Just starting my heat press journey (testing on sweatshirts) and I've run into the problem with two things:

1 - Discoloration. The area in which the heat press covers seems to discolor the garment (more visible on darker colors; black, red, etc). I've read that giving the garment time to sit will fix the problem, but I've let it sit for 2 hours and all still seems the same. Is this a problem of too much pressure, length of press, temperature, etc? How can I fix this.

2 - Heat press "ghost" - The area in which the heat press cover leaves a visible box. How do you combat that from happening? I don't want to sell items that have the box as it looks very unprofessional. I've read a teflon pillow can possibly help. If so, how much does it help? Are there any other solutions?

Any help is appreciated


----------



## DeerfieldDesigns (Nov 1, 2016)

I'm sorry I don't have an answer, but it looks as though NOBODY has an answer. I've been battling this same discoloration issue for years. EVERYBODY says let it sit for a while and the color will come back. I have also noticed that the color NEVER comes back to the discolored portion of the shirt. We have sheets of Teflon and they don't help either. 
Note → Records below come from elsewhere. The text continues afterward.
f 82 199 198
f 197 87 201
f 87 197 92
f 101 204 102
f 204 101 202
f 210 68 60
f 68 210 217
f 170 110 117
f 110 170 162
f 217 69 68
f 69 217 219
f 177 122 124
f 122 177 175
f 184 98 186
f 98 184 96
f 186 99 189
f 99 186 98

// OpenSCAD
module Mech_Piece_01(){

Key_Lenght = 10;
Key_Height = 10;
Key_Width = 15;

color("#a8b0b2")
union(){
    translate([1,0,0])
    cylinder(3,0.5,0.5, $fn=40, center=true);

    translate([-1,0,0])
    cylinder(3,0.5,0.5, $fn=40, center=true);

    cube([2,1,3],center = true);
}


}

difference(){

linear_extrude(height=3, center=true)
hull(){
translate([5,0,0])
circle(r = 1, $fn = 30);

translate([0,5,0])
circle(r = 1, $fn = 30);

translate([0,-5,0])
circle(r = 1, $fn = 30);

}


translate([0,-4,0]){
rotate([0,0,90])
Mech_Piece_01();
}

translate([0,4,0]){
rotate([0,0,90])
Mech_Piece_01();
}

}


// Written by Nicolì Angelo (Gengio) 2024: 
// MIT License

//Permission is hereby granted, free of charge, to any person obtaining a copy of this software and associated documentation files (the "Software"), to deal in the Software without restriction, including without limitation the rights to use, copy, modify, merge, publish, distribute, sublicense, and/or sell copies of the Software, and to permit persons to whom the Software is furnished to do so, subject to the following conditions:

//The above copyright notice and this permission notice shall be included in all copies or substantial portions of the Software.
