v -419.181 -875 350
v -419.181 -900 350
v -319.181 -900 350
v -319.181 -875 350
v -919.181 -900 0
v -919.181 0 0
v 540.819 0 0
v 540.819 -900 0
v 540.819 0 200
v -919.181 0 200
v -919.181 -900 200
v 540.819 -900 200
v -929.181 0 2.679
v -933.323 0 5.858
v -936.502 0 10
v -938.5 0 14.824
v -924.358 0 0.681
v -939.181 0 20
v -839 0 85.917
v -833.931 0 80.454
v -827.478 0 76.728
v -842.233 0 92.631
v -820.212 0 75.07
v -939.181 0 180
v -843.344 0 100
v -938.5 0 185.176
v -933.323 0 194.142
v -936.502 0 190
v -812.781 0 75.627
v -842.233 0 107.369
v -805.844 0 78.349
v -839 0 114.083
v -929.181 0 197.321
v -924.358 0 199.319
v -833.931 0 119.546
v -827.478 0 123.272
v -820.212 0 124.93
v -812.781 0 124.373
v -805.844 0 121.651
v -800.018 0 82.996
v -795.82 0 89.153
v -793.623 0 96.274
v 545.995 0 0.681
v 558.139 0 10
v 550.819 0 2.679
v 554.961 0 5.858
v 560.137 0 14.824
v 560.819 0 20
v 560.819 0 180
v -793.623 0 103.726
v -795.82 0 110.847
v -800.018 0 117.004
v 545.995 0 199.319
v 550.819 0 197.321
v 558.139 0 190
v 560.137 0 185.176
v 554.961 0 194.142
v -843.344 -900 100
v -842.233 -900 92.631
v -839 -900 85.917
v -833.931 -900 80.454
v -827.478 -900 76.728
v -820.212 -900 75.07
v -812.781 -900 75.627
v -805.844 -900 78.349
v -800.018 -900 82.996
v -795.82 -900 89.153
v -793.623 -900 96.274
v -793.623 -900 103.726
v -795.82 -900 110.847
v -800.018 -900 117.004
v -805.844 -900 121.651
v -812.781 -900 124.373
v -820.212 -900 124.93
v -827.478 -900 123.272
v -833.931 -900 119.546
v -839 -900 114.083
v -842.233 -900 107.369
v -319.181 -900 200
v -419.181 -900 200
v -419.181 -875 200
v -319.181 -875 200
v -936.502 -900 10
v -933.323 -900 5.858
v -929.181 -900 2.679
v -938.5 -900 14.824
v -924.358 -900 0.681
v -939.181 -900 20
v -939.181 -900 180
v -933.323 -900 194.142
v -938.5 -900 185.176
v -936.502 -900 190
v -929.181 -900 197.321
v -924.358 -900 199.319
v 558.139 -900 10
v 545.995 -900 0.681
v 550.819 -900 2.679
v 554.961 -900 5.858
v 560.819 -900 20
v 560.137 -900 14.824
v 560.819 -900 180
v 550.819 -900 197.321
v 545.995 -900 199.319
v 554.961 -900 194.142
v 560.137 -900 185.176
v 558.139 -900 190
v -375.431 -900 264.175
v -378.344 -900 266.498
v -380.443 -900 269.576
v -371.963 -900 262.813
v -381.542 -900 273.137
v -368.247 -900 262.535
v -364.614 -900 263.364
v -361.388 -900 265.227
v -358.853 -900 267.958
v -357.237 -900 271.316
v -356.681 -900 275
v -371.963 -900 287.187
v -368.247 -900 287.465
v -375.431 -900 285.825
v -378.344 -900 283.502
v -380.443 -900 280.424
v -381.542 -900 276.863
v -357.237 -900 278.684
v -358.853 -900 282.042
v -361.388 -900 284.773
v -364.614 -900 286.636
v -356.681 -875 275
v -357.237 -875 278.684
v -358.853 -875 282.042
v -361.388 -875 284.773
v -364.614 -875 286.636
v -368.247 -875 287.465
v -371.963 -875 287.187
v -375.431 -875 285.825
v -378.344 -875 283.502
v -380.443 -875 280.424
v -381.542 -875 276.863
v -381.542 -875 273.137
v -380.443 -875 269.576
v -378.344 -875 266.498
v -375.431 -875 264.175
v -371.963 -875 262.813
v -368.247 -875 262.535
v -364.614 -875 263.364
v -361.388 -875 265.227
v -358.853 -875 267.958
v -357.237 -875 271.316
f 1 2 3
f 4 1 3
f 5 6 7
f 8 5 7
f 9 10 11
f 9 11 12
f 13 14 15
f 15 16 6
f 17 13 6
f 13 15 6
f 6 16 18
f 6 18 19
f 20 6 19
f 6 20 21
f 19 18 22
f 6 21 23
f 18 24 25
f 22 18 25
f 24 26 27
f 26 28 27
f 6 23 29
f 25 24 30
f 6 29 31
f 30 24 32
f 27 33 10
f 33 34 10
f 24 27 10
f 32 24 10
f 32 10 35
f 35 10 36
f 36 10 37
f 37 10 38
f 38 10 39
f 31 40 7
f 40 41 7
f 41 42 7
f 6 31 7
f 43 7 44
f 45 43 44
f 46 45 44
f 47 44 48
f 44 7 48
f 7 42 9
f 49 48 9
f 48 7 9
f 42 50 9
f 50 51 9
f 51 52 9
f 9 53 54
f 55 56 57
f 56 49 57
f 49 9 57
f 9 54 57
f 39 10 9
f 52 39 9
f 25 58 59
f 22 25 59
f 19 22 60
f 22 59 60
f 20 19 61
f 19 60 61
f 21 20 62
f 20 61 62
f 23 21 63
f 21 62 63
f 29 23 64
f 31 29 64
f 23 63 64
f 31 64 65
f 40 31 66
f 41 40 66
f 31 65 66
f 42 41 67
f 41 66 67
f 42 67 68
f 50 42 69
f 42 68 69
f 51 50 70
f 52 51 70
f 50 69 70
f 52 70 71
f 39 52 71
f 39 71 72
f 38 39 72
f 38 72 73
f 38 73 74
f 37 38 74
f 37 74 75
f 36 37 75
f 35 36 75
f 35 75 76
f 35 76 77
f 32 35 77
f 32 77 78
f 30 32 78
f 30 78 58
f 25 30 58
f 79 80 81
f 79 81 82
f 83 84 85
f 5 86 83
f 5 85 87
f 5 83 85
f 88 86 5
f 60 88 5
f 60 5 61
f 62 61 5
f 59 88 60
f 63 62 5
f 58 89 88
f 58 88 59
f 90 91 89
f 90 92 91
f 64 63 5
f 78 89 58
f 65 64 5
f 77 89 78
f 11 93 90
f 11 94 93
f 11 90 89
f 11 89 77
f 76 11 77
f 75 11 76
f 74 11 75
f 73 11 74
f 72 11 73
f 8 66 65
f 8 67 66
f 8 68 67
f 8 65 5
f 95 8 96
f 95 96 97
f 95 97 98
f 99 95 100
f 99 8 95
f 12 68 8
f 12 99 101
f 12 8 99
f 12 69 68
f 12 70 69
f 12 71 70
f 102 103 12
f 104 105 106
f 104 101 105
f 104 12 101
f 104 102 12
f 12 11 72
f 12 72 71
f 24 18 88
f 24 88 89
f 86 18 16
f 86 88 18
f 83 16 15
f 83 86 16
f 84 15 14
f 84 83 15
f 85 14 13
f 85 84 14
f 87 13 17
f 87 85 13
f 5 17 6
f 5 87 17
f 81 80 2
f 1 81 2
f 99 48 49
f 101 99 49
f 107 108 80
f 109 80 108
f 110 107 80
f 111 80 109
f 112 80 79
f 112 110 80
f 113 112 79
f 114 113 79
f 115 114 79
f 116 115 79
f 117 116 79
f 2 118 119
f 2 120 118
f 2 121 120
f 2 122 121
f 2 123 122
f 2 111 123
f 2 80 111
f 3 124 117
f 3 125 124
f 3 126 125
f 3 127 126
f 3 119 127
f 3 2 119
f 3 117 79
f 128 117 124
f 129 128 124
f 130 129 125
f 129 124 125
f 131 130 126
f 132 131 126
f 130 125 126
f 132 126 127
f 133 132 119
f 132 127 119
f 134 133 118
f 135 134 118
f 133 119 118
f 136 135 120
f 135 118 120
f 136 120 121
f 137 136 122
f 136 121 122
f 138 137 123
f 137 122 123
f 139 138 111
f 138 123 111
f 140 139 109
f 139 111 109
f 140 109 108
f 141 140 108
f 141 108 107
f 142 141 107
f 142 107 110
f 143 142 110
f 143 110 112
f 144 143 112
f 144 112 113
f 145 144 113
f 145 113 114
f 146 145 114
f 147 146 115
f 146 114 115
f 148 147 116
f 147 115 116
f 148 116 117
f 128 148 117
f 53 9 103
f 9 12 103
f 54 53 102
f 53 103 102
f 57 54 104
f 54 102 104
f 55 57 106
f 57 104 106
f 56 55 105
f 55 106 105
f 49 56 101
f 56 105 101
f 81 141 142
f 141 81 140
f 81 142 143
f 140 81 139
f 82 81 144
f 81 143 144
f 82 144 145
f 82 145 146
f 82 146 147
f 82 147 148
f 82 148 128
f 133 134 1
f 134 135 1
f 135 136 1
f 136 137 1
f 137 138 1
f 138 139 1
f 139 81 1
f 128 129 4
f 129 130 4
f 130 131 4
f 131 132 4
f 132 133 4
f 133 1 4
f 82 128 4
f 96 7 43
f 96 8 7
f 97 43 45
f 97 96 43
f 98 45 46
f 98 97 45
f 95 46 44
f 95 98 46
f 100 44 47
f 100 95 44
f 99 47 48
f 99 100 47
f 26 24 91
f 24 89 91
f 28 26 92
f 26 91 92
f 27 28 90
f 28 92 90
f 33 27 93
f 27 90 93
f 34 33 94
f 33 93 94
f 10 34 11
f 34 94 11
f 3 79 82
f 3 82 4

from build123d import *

# Parameters (mm, degrees)
F0_W     = 1500
F0_H     = 200
F1_DEPTH = 900
F2_D     = 50
F3_R     = 20
F4_W     = 100
F4_H     = 150
F4_R     = 12.5
F5_DEPTH = 25


with BuildPart() as f1:
    # F0 (on Front) → F1 (new body)
    with BuildSketch(Plane.XZ):
        with Locations((-189.1812320633, 100)):
            Rectangle(F0_W, F0_H)
    extrude(amount=F1_DEPTH)

    # F2 (through all)
    with Locations(Plane(origin=(0, 0, 0), x_dir=(1, 0, 0), z_dir=(0, 1, 0))):
        with Locations((-818.3439970016, -100)):
            Hole(F2_D / 2)

    # F3
    f3_edges = [f1.edges().sort_by_distance(p)[0] for p in [
        (-939.181232, -450, 200),
        (-939.181232, -450, 0),
        (560.818768, -450, 200),
        (560.818768, -450, 0),
    ]]
    fillet(f3_edges, radius=F3_R)


with BuildPart() as f5:
    # F4 (on face) → F5 (new body)
    with BuildSketch(Plane.XZ.offset(900)):
        with Locations((-369.1812320633, 275)):
            Rectangle(F4_W, F4_H)
        with Locations((-369.1812320633, 275)):
            Circle(F4_R, mode=Mode.SUBTRACT)
    extrude(amount=-F5_DEPTH)


solid = Compound([f1.part, f5.part])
How do you keep a tee shirt from showing the square press area on heat transfer designs??????????


----------



## proworlded (Oct 3, 2006)

The discoloration is probably caused by the moisture being removed from the shirt, especially on red. Normally, it will be remedied with washing. I have also heard of some customers that lightly spray water on the shirt after printing. You might also want to try another t shirt brand. We find that Gildan is a good choice.
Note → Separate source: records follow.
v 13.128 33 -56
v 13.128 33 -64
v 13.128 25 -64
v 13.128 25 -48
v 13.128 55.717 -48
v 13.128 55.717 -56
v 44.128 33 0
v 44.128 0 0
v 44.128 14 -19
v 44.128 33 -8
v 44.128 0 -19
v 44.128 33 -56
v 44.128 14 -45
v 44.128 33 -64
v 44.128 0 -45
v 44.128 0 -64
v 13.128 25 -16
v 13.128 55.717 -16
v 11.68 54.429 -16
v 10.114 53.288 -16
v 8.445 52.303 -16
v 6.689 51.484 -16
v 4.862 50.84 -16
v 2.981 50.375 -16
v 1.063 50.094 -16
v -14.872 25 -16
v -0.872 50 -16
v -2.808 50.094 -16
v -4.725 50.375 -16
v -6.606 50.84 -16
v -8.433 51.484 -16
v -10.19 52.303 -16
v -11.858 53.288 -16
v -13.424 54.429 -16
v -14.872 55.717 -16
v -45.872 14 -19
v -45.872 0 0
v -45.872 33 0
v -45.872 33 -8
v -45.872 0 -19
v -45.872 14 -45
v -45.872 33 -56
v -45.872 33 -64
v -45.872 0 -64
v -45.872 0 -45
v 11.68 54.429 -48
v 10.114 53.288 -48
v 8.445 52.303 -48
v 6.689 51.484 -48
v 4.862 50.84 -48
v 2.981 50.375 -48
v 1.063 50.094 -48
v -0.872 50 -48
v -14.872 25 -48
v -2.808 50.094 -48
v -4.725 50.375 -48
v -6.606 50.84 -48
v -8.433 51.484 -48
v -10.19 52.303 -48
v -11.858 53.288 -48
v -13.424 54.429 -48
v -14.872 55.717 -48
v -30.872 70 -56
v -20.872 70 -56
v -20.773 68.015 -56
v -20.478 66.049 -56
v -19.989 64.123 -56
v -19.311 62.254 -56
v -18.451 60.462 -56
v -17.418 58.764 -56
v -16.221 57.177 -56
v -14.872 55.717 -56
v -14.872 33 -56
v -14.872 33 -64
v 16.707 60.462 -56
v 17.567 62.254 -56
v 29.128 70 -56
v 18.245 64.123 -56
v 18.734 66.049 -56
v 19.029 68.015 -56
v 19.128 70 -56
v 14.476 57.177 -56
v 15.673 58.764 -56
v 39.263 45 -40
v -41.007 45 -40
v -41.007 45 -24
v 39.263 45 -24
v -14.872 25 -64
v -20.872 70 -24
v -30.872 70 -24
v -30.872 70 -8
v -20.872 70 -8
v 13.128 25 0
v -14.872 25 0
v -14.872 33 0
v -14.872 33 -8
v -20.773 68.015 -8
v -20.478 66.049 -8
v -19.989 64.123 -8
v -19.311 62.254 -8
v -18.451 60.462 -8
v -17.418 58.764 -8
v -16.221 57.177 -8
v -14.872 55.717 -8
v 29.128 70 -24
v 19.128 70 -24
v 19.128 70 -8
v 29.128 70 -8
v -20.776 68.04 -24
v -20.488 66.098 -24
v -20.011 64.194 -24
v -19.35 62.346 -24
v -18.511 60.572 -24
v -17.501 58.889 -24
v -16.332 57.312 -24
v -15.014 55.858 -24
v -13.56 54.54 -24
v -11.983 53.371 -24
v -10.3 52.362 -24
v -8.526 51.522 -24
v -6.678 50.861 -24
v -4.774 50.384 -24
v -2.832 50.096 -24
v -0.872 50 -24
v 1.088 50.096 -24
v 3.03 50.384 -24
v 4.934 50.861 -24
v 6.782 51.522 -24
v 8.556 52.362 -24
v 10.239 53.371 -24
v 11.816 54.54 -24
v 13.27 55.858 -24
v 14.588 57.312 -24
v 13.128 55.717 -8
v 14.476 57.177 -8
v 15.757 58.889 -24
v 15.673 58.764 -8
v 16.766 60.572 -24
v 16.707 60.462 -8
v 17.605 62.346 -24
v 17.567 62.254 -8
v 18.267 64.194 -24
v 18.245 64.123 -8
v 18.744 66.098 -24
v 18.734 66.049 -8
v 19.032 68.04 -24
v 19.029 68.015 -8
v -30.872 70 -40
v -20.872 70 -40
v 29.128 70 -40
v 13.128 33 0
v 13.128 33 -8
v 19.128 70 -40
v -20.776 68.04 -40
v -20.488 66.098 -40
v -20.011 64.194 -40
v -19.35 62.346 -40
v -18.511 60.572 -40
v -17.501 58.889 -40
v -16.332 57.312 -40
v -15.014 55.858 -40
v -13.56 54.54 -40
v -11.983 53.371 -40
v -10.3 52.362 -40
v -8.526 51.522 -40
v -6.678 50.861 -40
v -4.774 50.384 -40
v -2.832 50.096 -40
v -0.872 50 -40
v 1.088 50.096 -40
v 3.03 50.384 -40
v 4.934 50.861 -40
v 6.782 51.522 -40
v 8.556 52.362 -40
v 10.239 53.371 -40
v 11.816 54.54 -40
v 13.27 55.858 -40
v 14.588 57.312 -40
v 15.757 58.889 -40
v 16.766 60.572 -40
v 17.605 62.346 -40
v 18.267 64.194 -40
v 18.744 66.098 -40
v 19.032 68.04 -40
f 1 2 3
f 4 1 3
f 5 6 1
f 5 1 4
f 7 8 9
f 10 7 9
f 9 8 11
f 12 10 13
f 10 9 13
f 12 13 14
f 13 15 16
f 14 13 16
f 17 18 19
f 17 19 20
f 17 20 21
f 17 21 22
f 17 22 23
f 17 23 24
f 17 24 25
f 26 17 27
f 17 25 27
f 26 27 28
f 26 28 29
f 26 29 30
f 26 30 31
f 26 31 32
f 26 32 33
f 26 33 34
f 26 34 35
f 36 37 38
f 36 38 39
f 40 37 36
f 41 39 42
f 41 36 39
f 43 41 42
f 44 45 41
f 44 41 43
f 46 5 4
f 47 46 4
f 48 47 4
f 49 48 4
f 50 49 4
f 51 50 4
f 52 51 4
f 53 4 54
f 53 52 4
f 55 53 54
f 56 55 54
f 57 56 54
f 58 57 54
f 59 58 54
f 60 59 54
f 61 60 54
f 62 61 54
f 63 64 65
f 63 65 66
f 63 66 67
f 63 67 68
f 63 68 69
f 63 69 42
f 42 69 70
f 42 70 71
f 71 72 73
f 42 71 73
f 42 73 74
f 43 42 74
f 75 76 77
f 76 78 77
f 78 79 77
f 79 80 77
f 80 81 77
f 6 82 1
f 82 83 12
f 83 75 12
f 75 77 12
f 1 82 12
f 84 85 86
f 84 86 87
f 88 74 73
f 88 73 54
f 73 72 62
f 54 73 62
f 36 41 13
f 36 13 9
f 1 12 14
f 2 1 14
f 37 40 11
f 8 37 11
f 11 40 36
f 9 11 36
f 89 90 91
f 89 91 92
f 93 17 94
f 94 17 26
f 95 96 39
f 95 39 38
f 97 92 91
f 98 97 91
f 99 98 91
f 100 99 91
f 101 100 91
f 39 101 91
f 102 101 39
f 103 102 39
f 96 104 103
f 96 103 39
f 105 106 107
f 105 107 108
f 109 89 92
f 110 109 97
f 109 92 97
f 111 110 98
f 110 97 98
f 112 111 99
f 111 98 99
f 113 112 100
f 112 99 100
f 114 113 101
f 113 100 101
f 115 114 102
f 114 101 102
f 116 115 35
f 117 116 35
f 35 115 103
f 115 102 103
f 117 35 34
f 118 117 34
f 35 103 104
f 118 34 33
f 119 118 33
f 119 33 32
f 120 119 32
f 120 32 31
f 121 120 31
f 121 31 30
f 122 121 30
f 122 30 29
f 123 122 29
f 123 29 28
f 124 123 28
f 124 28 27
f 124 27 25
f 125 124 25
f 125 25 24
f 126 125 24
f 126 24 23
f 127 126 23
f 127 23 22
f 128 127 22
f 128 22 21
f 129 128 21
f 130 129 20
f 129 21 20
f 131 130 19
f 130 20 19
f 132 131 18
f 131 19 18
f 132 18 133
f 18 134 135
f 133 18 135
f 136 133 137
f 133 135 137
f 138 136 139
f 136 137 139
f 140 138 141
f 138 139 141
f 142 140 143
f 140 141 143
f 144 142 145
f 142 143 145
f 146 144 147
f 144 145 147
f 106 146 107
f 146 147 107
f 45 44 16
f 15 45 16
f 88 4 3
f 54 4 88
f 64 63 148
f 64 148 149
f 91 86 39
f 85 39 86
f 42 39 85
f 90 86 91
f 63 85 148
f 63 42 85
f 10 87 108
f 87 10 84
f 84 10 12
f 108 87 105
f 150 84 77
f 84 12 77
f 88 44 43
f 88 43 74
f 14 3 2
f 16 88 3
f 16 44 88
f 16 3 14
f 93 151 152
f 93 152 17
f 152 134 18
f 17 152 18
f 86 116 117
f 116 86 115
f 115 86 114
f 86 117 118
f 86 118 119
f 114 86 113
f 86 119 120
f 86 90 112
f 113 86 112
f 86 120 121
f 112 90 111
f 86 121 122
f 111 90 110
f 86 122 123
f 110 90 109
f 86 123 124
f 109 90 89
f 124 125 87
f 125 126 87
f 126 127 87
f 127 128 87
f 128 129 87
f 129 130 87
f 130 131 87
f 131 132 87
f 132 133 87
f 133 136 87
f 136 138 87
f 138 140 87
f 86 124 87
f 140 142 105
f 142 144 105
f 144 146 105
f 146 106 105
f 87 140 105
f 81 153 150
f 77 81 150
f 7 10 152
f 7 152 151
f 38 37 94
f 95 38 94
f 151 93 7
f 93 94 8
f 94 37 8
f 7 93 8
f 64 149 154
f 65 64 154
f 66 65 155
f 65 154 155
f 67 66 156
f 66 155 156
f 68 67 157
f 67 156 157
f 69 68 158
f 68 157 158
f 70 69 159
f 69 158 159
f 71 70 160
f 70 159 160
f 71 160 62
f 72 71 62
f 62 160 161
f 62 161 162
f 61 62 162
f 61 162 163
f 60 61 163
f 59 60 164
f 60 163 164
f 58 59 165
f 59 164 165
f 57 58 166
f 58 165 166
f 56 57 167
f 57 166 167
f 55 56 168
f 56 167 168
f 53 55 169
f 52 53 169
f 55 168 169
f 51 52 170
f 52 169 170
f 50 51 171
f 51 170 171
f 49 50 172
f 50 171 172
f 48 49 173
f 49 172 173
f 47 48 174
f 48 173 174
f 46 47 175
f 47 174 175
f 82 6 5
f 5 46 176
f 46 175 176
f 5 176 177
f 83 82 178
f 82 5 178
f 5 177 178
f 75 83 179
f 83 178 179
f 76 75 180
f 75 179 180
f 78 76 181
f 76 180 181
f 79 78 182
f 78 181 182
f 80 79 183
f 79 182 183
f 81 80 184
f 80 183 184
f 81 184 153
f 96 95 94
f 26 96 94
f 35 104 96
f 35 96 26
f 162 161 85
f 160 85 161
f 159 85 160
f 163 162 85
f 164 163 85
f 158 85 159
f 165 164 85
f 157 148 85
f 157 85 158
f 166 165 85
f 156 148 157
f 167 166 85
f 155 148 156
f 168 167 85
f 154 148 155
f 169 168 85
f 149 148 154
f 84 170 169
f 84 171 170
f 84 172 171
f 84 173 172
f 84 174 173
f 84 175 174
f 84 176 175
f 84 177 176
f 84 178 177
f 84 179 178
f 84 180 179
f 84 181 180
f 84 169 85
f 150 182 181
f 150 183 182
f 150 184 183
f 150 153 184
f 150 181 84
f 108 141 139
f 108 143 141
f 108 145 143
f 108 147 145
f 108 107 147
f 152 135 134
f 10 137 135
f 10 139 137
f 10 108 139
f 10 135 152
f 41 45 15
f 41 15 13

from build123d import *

# Parameters (mm, degrees)
SKETCH1_W           = 90
SKETCH1_H           = 64
BOSS_EXTRUDE1_DEPTH = 70
SKETCH2_W           = 26
SKETCH2_H           = 14
CUT_EXTRUDE1_DEPTH  = 90
CUT_EXTRUDE3_START  = -91
CUT_EXTRUDE3_DEPTH  = 92
SKETCH7_R           = 20
CUT_EXTRUDE4_DEPTH  = 48
CUT_EXTRUDE5_START  = -57
CUT_EXTRUDE5_DEPTH  = 66
SKETCH11_W          = 90
SKETCH11_H          = 16
CUT_EXTRUDE7_DEPTH  = 25
SKETCH13_W          = 28
SKETCH13_H          = 16
CUT_EXTRUDE8_DEPTH  = 45


with BuildPart() as part:
    # Sketch1 → Boss-Extrude1 (new body)
    with BuildSketch(Plane(origin=(0, 0, 0), x_dir=(1, 0, 0), z_dir=(0, 1, 0))):
        with Locations((-0.872093023, 32)):
            Rectangle(SKETCH1_W, SKETCH1_H)
    extrude(amount=BOSS_EXTRUDE1_DEPTH)

    # Sketch2 → Cut-Extrude1 (cut)
    with BuildSketch(Plane.ZY.offset(45.872093023)):
        with Locations((-32, 7)):
            Rectangle(SKETCH2_W, SKETCH2_H)
    extrude(amount=-CUT_EXTRUDE1_DEPTH, mode=Mode.SUBTRACT)

    # Sketch3 → Cut-Extrude3 (cut)
    with BuildSketch(Plane.ZY.offset(45.872093023).offset(CUT_EXTRUDE3_START)):
        Polygon((189.287478648, 33), (0, 33), (-8, 33), (-8, 70), (-8, 259.287478648), (277.352473671, 508.070444427), (474.639952319, 281.782965778), align=None)
    cut_extrude3 = extrude(amount=CUT_EXTRUDE3_DEPTH, mode=Mode.SUBTRACT)

    # Mirror2: Cut-Extrude3 across plane
    add(cut_extrude3.mirror(Plane(origin=(0, 0, -32), x_dir=(1, 0, 0), z_dir=(0, 0, -1))), mode=Mode.SUBTRACT)

    # Sketch7 → Cut-Extrude4 (cut)
    with BuildSketch(Plane.XY.offset(-8)):
        with Locations((-0.872093023, 70)):
            Circle(SKETCH7_R)
    extrude(amount=-CUT_EXTRUDE4_DEPTH, mode=Mode.SUBTRACT)

    # Sketch8 → Cut-Extrude5 (cut)
    with BuildSketch(Plane.XY.offset(-8).offset(CUT_EXTRUDE5_START)):
        Polygon((-126.717387311, -166.418392575), (-45.872093023, 33), (-30.872093023, 70), (49.973201264, 269.418392575), (-348.863583887, 431.10898115), (-525.554172461, -4.727804001), align=None)
    cut_extrude5 = extrude(amount=CUT_EXTRUDE5_DEPTH, mode=Mode.SUBTRACT)

    # Mirror3: Cut-Extrude5 across plane
    add(cut_extrude5.mirror(Plane(origin=(-0.872093023, 0, 0), x_dir=(0, 0, 1), z_dir=(1, 0, 0))), mode=Mode.SUBTRACT)

    # Sketch11 → Cut-Extrude7 (cut)
    with BuildSketch(Plane(origin=(0, 70, 0), x_dir=(1, 0, 0), z_dir=(0, 1, 0))):
        with Locations((-0.872093023, 32)):
            Rectangle(SKETCH11_W, SKETCH11_H)
    extrude(amount=-CUT_EXTRUDE7_DEPTH, mode=Mode.SUBTRACT)

    # Sketch13 → Cut-Extrude8 (cut)
    with BuildSketch(Plane(origin=(0, 70, 0), x_dir=(-1, 0, 0), z_dir=(0, -1, 0))):
        with Locations((0.872093023, 8)):
            Rectangle(SKETCH13_W, SKETCH13_H)
    cut_extrude8 = extrude(amount=CUT_EXTRUDE8_DEPTH, mode=Mode.SUBTRACT)

    # Mirror4: Cut-Extrude8 across plane
    add(cut_extrude8.mirror(Plane(origin=(0, 0, -32), x_dir=(1, 0, 0), z_dir=(0, 0, -1))), mode=Mode.SUBTRACT)


solid = part.part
The square could be lessened by using a foam pad in between the shirt layers. Here again, that should disappear with washing.


----------



## DeerfieldDesigns (Nov 1, 2016)

THANKS, ProWorlded. I hadn't thought about the moisture content....


----------



## Dekzion (May 18, 2015)

moisture?? in the UK even a fresh shirt from a sealed bag steams like a sauna when pre-pressed, you do pre-press don't you? and press the shirt all over? All over =the same colour all over. It also help with eliminating the press box because the fibres are already flat.


----------



## Tracy Bell (Sep 5, 2021)

DeerfieldDesigns said:


> I'm sorry I don't have an answer, but it looks as though NOBODY has an answer. I've been battling this same discoloration issue for years. EVERYBODY says let it sit for a while and the color will come back. I have also noticed that the color NEVER comes back to the discolored portion of the shirt. We have sheets of Teflon and they don't help either.
> 
> How do you keep a tee shirt from showing the square press area on heat transfer designs??????????


I always tear the excess paper off of the print...It stopped mine from getting the lines completely,Hope this was helpful!!


----------



## Tracy Bell (Sep 5, 2021)

FashionGO said:


> Just starting my heat press journey (testing on sweatshirts) and I've run into the problem with two things:
> 
> 1 - Discoloration. The area in which the heat press covers seems to discolor the garment (more visible on darker colors; black, red, etc). I've read that giving the garment time to sit will fix the problem, but I've let it sit for 2 hours and all still seems the same. Is this a problem of too much pressure, length of press, temperature, etc? How can I fix this.
> 
> ...


If you lightly spray the area that has turned the light brownish/yellowish color after pressing with peroxide it takes it away...This happens to me a pretty good bit I just spray with peroxide and keep working...After a little bit the discoloration is gone


----------